The liberalization policy continued with more and more drugs going out of control from DPCO. The drugs under DPCO decreased by 1995, as few as 73 and 39 drugs by 2002 remained under the purview of DPCO.
The outcome of dilution of DPCO was evidently the increase in prices of drugs in India particularly of decontrolled drugs. The average increase in price among 18 major drugs was observed to be 44.6% during 1993-1999.
It clearly reveals that the average change in this significance of Patent act 1970 which helped Indian Pharmaceutical Industries to come up with the generic version of the existing drugs.
Invariably, fixing the criteria for keeping or withdrawal from DPCO was the most difficult task. It was observed that every time the drugs were brought out of the DPCO, there was a hike in the price of medicines coming out of DPCO. This was mainly due to the criteria used by DPCO. The Drug Price Control Order mainly considers the total sale, monopoly and competition in the production and marketing of a particular drug. The concept of essentiality is absolutely misquoted in this context. Any drug, which has sales less than the prescribed amount, would qualify to automatically come out of the purview of DPCO. Many a time the price of drugs under DPCO has been less than that of the ceiling price fixed by DPCO/NPPA. The system of ceiling price is slowly becoming absolute due to market driven price. Thus the role of DPCO is effective only if the producer has monopoly prices over and above the ceiling prices. Thus two forces were acting simultaneously. While the prices of drugs going out of DPCO's control were to go up, the competition driven market has always succeeded to keep the prices of such drugs below that fixed by the DPCO/NPPA. Competition emerged due to the process patent. Furthermore, it is the function of NPPA to keep a watch on the prices of drugs and to fix the ceiling price for new drugs/dosage forms.
DPCO also was finding it increasingly difficult to fix the drug prices due to (a) increasing number of formulations (about 75,000) due to relaxation in the patenting system, and (b) time taken by the authorities to fix a ceiling price for the formulations and the bulk drug being very large, leading to lot of inconvenience in the production pattern of the required drugs. Further the need for DPCO's intervention to control will arise only when the prices are driven by the monopoly and not by the competitive system, which grew due to the process patent system that made India to develop in to technologically advanced country in the field of Bulk drugs. This makes it necessary to have a close look at the Patent system in India.
In such a scenario the WTO and its policies are going to change the scene of market topsy-turvy. The WTO emphasizes on product patent and does not recognize process patent. There may be a very convincing argument for the above rigidity in the policy its impact on a developing country and its intellectual development will be halted for just want of sophisticated technologies, which are too expensive to offer by an innovator from a developing country.
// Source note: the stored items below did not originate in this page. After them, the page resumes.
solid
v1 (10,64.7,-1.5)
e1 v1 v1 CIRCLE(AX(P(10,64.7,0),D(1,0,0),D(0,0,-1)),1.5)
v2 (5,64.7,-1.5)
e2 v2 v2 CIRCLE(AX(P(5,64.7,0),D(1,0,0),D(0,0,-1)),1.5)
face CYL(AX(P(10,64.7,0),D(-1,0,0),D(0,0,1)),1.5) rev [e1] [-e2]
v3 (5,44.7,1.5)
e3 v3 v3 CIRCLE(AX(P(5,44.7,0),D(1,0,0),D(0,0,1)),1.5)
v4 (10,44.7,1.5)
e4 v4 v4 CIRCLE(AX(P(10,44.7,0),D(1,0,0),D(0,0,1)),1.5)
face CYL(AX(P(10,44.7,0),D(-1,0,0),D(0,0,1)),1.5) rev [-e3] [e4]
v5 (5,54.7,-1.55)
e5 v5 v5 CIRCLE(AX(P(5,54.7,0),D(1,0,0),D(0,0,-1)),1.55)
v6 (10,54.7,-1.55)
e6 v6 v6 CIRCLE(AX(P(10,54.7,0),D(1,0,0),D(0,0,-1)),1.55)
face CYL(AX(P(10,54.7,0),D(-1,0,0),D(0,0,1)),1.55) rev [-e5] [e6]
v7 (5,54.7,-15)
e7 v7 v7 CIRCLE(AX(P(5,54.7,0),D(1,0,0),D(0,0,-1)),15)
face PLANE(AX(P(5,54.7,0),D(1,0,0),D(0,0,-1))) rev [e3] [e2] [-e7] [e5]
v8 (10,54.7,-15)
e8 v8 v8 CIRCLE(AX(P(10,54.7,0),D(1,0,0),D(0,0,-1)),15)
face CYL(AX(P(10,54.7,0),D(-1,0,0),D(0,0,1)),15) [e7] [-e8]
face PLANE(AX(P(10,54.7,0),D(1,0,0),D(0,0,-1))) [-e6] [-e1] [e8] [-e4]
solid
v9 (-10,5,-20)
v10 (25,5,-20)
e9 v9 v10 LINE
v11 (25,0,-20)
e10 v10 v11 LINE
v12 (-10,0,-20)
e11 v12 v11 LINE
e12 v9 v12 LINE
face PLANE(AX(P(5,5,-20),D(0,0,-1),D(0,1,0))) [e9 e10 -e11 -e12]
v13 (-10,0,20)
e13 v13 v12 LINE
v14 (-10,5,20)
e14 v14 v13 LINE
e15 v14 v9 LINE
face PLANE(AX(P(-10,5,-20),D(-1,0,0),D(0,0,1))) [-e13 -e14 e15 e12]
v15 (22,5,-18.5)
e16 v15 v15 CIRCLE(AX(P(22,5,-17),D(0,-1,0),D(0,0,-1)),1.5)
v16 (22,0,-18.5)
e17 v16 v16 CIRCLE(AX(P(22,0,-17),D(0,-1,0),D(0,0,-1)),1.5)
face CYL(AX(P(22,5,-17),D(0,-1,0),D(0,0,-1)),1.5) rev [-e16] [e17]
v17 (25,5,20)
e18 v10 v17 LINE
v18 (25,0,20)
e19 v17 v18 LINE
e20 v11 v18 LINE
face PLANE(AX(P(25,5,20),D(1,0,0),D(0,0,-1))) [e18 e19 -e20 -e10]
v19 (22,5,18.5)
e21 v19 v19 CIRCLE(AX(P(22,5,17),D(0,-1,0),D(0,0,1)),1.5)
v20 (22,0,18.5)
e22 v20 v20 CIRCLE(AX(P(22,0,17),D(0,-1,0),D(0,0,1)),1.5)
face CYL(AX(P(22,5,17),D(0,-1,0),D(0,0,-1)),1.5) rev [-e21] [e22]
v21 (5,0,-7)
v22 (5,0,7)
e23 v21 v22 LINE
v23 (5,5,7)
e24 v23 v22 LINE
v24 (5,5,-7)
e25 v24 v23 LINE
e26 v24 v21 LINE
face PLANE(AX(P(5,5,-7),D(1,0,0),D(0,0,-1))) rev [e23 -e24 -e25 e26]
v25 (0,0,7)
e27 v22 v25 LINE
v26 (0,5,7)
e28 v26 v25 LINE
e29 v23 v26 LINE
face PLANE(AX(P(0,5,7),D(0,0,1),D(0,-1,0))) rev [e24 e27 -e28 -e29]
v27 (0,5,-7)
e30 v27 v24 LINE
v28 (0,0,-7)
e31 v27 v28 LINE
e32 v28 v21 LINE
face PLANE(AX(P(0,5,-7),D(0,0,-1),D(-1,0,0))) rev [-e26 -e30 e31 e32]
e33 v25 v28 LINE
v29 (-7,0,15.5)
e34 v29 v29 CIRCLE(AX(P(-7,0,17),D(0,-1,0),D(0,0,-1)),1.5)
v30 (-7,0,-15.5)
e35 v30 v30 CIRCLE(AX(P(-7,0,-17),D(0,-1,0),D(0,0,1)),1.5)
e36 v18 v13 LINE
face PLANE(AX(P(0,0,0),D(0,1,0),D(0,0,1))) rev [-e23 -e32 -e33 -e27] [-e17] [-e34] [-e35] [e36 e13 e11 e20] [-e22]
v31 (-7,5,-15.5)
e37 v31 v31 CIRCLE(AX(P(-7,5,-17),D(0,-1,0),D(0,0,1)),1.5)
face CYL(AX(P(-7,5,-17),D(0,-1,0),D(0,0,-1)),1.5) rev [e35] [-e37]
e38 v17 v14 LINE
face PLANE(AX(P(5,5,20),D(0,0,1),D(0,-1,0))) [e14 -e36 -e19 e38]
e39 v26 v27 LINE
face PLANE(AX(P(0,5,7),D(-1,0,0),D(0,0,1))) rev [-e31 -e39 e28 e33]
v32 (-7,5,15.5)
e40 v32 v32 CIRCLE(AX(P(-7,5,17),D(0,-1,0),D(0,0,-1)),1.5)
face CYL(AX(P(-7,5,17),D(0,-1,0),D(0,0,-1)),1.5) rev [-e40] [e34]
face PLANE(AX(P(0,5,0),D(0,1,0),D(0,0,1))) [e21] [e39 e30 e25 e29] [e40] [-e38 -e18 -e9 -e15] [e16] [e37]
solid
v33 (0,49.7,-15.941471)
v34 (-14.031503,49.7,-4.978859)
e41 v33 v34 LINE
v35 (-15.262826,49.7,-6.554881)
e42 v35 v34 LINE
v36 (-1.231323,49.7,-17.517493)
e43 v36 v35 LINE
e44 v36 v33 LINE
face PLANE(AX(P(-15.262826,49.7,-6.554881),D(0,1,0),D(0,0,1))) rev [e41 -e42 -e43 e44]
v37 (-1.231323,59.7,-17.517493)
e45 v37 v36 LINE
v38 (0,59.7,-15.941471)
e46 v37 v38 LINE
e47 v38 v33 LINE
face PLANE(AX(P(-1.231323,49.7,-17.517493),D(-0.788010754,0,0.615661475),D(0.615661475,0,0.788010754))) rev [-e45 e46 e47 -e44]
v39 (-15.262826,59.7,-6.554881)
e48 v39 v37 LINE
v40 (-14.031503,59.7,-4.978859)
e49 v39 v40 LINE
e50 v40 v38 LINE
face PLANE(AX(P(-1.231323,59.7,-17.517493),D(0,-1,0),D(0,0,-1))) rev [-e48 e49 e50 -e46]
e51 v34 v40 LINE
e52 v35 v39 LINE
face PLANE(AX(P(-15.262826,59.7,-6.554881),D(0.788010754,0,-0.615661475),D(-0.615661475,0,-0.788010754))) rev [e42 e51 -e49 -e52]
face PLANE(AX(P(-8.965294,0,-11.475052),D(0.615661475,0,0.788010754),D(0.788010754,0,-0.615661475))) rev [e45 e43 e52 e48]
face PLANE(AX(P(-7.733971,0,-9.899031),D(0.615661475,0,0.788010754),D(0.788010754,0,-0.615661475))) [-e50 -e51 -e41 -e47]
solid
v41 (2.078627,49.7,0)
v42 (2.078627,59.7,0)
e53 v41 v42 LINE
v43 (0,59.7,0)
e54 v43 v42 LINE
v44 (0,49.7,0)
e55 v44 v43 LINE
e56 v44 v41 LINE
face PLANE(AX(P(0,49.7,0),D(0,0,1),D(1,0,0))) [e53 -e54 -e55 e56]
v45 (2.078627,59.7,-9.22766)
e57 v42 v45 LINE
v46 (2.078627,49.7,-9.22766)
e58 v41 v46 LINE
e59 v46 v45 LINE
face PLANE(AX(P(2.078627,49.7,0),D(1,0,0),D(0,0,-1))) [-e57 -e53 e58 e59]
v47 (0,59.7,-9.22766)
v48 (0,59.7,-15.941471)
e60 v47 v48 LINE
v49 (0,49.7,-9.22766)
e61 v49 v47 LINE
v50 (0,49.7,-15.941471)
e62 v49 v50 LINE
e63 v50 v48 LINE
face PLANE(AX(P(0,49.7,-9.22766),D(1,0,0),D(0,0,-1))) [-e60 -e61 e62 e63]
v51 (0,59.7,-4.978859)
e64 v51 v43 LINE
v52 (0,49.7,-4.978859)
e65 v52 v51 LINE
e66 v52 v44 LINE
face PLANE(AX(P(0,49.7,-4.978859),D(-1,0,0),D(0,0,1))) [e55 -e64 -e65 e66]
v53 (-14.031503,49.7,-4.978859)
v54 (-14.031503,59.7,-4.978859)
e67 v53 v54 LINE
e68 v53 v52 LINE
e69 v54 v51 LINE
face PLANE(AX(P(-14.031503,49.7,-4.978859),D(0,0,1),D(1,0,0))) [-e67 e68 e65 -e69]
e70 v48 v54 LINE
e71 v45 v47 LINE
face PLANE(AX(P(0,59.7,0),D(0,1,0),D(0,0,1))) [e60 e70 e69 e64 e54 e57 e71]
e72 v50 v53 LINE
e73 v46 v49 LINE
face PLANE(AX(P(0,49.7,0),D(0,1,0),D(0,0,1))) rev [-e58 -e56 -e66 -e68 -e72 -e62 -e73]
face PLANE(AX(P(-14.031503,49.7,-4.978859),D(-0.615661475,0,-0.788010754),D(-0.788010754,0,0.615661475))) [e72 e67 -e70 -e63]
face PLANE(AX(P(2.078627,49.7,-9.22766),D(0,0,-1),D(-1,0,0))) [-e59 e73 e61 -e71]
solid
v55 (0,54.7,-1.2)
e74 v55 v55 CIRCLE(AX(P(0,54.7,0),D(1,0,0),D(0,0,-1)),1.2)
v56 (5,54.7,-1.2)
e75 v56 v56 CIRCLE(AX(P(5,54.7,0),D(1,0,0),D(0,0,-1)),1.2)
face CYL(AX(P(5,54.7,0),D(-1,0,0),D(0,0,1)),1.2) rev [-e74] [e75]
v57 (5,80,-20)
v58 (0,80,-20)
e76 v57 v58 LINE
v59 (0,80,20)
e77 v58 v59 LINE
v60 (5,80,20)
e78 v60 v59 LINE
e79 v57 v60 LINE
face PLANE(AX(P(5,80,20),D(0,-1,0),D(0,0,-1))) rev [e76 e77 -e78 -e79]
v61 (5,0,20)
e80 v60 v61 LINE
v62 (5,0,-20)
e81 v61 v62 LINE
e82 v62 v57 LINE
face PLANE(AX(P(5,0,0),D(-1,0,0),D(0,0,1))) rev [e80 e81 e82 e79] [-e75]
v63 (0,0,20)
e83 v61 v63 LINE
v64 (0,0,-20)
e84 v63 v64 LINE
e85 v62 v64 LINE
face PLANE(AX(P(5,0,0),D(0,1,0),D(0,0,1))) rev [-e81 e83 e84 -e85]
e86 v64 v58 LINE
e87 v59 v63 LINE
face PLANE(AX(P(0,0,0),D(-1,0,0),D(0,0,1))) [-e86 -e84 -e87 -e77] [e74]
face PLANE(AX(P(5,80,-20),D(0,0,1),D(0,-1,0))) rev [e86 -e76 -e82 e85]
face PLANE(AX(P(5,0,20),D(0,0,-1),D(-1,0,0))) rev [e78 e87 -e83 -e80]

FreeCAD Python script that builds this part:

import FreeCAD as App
import Part
import Sketcher

V = App.Vector
Q = App.Units.Quantity


def add_polygon(sketch, points):
    """Adds a closed chain of lines whose ends are joined by coincident constraints."""
    first, n = sketch.GeometryCount, len(points)
    for a, b in zip(points, points[1:] + points[:1]):
        sketch.addGeometry(Part.LineSegment(App.Vector(*a, 0), App.Vector(*b, 0)), False)
    for i in range(n):
        sketch.addConstraint(Sketcher.Constraint("Coincident", first + i, 2, first + (i + 1) % n, 1))

doc = App.newDocument("Part")
body = doc.addObject("PartDesign::Body", "Body")

# Sketch on YZ plane
sketch1 = body.newObject("Sketcher::SketchObject", "Sketch")
sketch1.AttachmentSupport = (doc.getObject("YZ_Plane"), [""])
sketch1.MapMode = "FlatFace"
add_polygon(sketch1, [(0, 20), (0, -20), (80, -20), (80, 20)])  # lines 0-3
sketch1.addGeometry(Part.Circle(V(54.7, 0, 0), V(0, 0, 1), 1.2), False)  # 4
sketch1.addConstraint(Sketcher.Constraint("Vertical", 0))
sketch1.addConstraint(Sketcher.Constraint("Horizontal", 1))
sketch1.addConstraint(Sketcher.Constraint("Vertical", 2))
sketch1.addConstraint(Sketcher.Constraint("Horizontal", 3))
sketch1.addConstraint(Sketcher.Constraint("Symmetric", 0, 2, 3, 2, -1, 1))
sketch1.addConstraint(Sketcher.Constraint("PointOnObject", 4, 3, -1))
sketch1.addConstraint(Sketcher.Constraint("Diameter", 4, Q("2.4 mm")))
sketch1.addConstraint(Sketcher.Constraint("DistanceX", 1, 1, 1, 2, Q("80 mm")))
sketch1.addConstraint(Sketcher.Constraint("DistanceY", 0, 2, 0, 1, Q("40 mm")))
sketch1.addConstraint(Sketcher.Constraint("DistanceX", -1, 1, 4, 3, Q("54.7 mm")))
pad1 = body.newObject("PartDesign::Pad", "Pad")
pad1.Profile = sketch1
pad1.Length = 5
body2 = doc.addObject("PartDesign::Body", "Body001")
The developing countries, especially India is rich in its human resources. The human resources of India are rated best and are hired by leading economies of the world. This is also a true for the pharmaceutical market. The scientist of India were able to develop a technology to manufacture an anti-AIDS drug, which was so expensive that many developing countries of Asia and Africa would have suffered very dearly for want of medicine and lack of money. It was estimated that AIDS cocktail estimated at 10,000 US$ was brought down to 500 US$ per annum per patient and made the therapy affordable by the patients of the developing countries. The developing countries being poor in infrastructure are also lacking certain important features of the developed countries like health insurance. In an environment of economic insecurity, how the patients could be helped should be the concern of the WTO instead of encouraging solely the intellectual proprietary and economies and rights of an inventor, after all inventor also part and parcel of the universe and might have taken help from so many people in order to develop the technology.